Task prompt:
Please report, as a single number, how many lines in the entries include the string "script".

————————

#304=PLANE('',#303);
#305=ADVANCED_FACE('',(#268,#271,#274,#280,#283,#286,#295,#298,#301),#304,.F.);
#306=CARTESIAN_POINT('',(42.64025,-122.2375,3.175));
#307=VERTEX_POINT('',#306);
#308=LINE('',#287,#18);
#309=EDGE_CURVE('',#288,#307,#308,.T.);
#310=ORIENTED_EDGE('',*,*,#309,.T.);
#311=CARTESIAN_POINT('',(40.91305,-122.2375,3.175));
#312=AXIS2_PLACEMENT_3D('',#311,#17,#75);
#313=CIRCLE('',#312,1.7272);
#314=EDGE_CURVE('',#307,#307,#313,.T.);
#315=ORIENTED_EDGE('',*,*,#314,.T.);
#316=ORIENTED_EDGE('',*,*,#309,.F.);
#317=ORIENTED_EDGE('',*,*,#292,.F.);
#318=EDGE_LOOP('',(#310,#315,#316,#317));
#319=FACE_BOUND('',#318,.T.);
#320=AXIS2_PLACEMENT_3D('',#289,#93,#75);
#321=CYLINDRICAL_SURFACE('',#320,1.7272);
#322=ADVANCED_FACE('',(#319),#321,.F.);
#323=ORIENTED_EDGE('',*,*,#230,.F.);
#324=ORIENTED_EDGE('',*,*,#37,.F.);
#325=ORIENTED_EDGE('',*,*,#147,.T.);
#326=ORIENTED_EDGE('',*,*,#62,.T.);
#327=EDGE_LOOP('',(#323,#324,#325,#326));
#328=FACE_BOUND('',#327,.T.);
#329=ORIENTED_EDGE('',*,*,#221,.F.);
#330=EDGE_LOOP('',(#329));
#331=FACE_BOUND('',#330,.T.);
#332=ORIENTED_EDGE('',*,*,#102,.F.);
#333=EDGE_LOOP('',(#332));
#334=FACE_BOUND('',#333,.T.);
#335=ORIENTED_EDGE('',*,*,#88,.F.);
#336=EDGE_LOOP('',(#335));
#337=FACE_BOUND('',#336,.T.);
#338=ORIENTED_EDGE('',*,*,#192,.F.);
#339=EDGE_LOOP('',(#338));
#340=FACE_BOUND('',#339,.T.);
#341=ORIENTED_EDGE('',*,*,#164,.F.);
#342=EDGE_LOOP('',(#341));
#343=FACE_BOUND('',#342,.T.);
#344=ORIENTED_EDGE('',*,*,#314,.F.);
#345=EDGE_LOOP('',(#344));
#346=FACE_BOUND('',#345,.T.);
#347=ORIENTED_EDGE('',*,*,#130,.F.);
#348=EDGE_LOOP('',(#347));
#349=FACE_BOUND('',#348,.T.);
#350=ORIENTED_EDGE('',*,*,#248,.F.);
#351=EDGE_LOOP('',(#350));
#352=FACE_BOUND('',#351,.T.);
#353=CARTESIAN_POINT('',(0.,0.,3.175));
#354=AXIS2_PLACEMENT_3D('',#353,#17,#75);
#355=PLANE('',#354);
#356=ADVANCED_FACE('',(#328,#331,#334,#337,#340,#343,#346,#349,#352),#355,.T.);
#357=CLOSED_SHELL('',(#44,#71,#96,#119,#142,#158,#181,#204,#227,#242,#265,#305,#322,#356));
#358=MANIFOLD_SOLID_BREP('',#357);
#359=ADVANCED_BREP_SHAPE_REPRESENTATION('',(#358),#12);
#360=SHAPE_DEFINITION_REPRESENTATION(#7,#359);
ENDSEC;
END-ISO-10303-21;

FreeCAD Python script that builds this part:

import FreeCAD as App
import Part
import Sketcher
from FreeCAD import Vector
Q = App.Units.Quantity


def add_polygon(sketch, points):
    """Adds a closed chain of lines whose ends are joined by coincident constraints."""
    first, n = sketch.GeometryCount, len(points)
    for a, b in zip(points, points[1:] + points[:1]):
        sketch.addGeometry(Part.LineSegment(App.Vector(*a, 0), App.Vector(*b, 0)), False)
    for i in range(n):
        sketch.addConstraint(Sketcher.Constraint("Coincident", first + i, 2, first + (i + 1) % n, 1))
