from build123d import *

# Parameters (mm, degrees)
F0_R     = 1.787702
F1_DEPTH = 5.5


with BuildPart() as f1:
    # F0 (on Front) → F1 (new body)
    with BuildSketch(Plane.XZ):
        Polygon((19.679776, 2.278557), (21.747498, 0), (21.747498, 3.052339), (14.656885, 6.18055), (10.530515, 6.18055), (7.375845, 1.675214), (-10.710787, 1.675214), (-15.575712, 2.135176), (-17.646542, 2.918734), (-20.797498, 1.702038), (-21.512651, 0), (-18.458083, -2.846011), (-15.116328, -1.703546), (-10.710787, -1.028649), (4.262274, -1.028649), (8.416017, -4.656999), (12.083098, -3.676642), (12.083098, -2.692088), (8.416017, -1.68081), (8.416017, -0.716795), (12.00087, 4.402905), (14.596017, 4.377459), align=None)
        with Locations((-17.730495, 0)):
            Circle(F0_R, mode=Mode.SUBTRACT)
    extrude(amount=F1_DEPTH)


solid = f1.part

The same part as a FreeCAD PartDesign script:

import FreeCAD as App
import Part
import Sketcher
Q = App.Units.Quantity

doc = App.newDocument("Part")
body = doc.addObject("PartDesign::Body", "Body")

# Sketch on XZ plane
sketch1 = body.newObject("Sketcher::SketchObject", "Sketch")
sketch1.AttachmentSupport = (doc.getObject("XZ_Plane"), [""])
sketch1.MapMode = "FlatFace"
sketch1.addGeometry([
    Part.LineSegment(App.Vector(19.679776, 2.278557, 0), App.Vector(21.747498, 0, 0)),  # 0
    Part.LineSegment(App.Vector(21.747498, 0, 0), App.Vector(21.747498, 3.052339, 0)),  # 1
    Part.LineSegment(App.Vector(21.747498, 3.052339, 0), App.Vector(14.656885, 6.18055, 0)),  # 2
    Part.LineSegment(App.Vector(14.656885, 6.18055, 0), App.Vector(10.530515, 6.18055, 0)),  # 3
    Part.LineSegment(App.Vector(10.530515, 6.18055, 0), App.Vector(7.375845, 1.675214, 0)),  # 4
    Part.LineSegment(App.Vector(7.375845, 1.675214, 0), App.Vector(-10.710787, 1.675214, 0)),  # 5
    Part.LineSegment(App.Vector(-10.710787, 1.675214, 0), App.Vector(-15.575712, 2.135176, 0)),  # 6
    Part.LineSegment(App.Vector(-15.575712, 2.135176, 0), App.Vector(-17.646542, 2.918734, 0)),  # 7
    Part.LineSegment(App.Vector(-17.646542, 2.918734, 0), App.Vector(-20.797498, 1.702038, 0)),  # 8
    Part.LineSegment(App.Vector(-20.797498, 1.702038, 0), App.Vector(-21.512651, 0, 0)),  # 9
    Part.LineSegment(App.Vector(-21.512651, 0, 0), App.Vector(-18.458083, -2.846011, 0)),  # 10
    Part.LineSegment(App.Vector(-18.458083, -2.846011, 0), App.Vector(-15.116328, -1.703546, 0)),  # 11
    Part.LineSegment(App.Vector(-15.116328, -1.703546, 0), App.Vector(-10.710787, -1.028649, 0)),  # 12
    Part.LineSegment(App.Vector(-10.710787, -1.028649, 0), App.Vector(4.262274, -1.028649, 0)),  # 13
    Part.LineSegment(App.Vector(4.262274, -1.028649, 0), App.Vector(8.416017, -4.656999, 0)),  # 14
    Part.LineSegment(App.Vector(8.416017, -4.656999, 0), App.Vector(12.083098, -3.676642, 0)),  # 15
    Part.LineSegment(App.Vector(12.083098, -3.676642, 0), App.Vector(12.083098, -2.692088, 0)),  # 16
    Part.LineSegment(App.Vector(12.083098, -2.692088, 0), App.Vector(8.416017, -1.68081, 0)),  # 17
    Part.LineSegment(App.Vector(8.416017, -1.68081, 0), App.Vector(8.416017, -0.716795, 0)),  # 18
    Part.LineSegment(App.Vector(8.416017, -0.716795, 0), App.Vector(12.00087, 4.402905, 0)),  # 19
    Part.LineSegment(App.Vector(12.00087, 4.402905, 0), App.Vector(14.596017, 4.377459, 0)),  # 20
    Part.LineSegment(App.Vector(14.596017, 4.377459, 0), App.Vector(19.679776, 2.278557, 0)),  # 21
    Part.Circle(App.Vector(-17.730495, 0, 0), App.Vector(0, 0, 1), 1.787702),  # 22
], False)
sketch1.addConstraint([
    Sketcher.Constraint("Coincident", 0, 2, 1, 1),
    Sketcher.Constraint("Coincident", 1, 2, 2, 1),
    Sketcher.Constraint("Coincident", 2, 2, 3, 1),
    Sketcher.Constraint("Coincident", 3, 2, 4, 1),
    Sketcher.Constraint("Coincident", 4, 2, 5, 1),
    Sketcher.Constraint("Coincident", 5, 2, 6, 1),
    Sketcher.Constraint("Coincident", 6, 2, 7, 1),
    Sketcher.Constraint("Coincident", 7, 2, 8, 1),
    Sketcher.Constraint("Coincident", 8, 2, 9, 1),
    Sketcher.Constraint("Coincident", 9, 2, 10, 1),
    Sketcher.Constraint("Coincident", 10, 2, 11, 1),
    Sketcher.Constraint("Coincident", 11, 2, 12, 1),
    Sketcher.Constraint("Coincident", 12, 2, 13, 1),
    Sketcher.Constraint("Coincident", 13, 2, 14, 1),
    Sketcher.Constraint("Coincident", 14, 2, 15, 1),
    Sketcher.Constraint("Coincident", 15, 2, 16, 1),
    Sketcher.Constraint("Coincident", 16, 2, 17, 1),
    Sketcher.Constraint("Coincident", 17, 2, 18, 1),
    Sketcher.Constraint("Coincident", 18, 2, 19, 1),
    Sketcher.Constraint("Coincident", 19, 2, 20, 1),
    Sketcher.Constraint("Coincident", 20, 2, 21, 1),
    Sketcher.Constraint("Coincident", 21, 2, 0, 1),
    Sketcher.Constraint("Vertical", 1),
    Sketcher.Constraint("Horizontal", 3),
    Sketcher.Constraint("Horizontal", 5),
    Sketcher.Constraint("Horizontal", 13),
    Sketcher.Constraint("Vertical", 16),
    Sketcher.Constraint("Vertical", 18),
    Sketcher.Constraint("PointOnObject", 22, 3, -1),
    Sketcher.Constraint("PointOnObject", 0, 2, -1),
    Sketcher.Constraint("PointOnObject", 9, 2, -1),
    Sketcher.Constraint("Parallel", 4, 19),
    Sketcher.Constraint("Vertical", 5, 2, 12, 2),
    Sketcher.Constraint("Vertical", 14, 2, 17, 2),
    Sketcher.Constraint("Equal", 4, 21),
    Sketcher.Constraint("Angle", 4, Q("-124.999998 deg")),
    Sketcher.Constraint("Distance", 4, 5.5),
    Sketcher.Constraint("Distance", 2, 7.75),
    Sketcher.Constraint("Distance", 19, 6.25),
    Sketcher.Constraint("Diameter", 22, 3.575404),
    Sketcher.Constraint("DistanceY", 14, 2, -1, 1, 4.656999),
    Sketcher.Constraint("DistanceX", 3, 2, 3, 1, 4.12637),
    Sketcher.Constraint("DistanceX", 13, 1, 13, 2, 14.973061),
    Sketcher.Constraint("DistanceY", 1, 1, 1, 2, 3.052339),
    Sketcher.Constraint("DistanceX", -1, 1, 0, 2, 21.747498),
    Sketcher.Constraint("DistanceX", 8, 2, -1, 1, 20.797498),
    Sketcher.Constraint("DistanceX", 5, 2, 3, 2, 21.241302),
    Sketcher.Constraint("DistanceY", 13, 2, 3, 2, 7.209199),
    Sketcher.Constraint("DistanceY", 21, 2, 20, 2, 2.098902),
    Sketcher.Constraint("Distance", 6, 4.886621),
    Sketcher.Constraint("Distance", 9, 1.846179),
    Sketcher.Constraint("Distance", 11, 3.53165),
    Sketcher.Constraint("Distance", 20, 2.595272),
    Sketcher.Constraint("DistanceY", 16, 1, 16, 2, 0.984554),
    Sketcher.Constraint("DistanceY", 18, 1, 18, 2, 0.964015),
    Sketcher.Constraint("DistanceY", -1, 1, 2, 2, 6.18055),
    Sketcher.Constraint("DistanceX", 6, 2, -1, 1, 15.575712),
    Sketcher.Constraint("DistanceX", 7, 2, -1, 1, 17.646542),
    Sketcher.Constraint("DistanceX", 9, 2, -1, 1, 21.512651),
    Sketcher.Constraint("DistanceY", 10, 2, -1, 1, 2.846011),
    Sketcher.Constraint("DistanceY", 16, 2, -1, 1, 2.692088),
    Sketcher.Constraint("DistanceY", 17, 2, -1, 1, 1.68081),
    Sketcher.Constraint("DistanceX", -1, 1, 19, 2, 12.00087),
    Sketcher.Constraint("DistanceY", -1, 1, 20, 2, 4.377459),
    Sketcher.Constraint("DistanceX", 22, 3, 2, 2, 32.38738),
    Sketcher.Constraint("DistanceY", 6, 2, 7, 2, 0.783558),
    Sketcher.Constraint("DistanceX", 9, 2, 10, 2, 3.054568),
    Sketcher.Constraint("DistanceY", 11, 2, 6, 2, 3.838722),
    Sketcher.Constraint("DistanceX", 14, 2, 15, 2, 3.667081),
])
pad1 = body.newObject("PartDesign::Pad", "Pad")
pad1.Profile = sketch1
pad1.Length = 5.5

doc.recompute()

————————

Task result:
2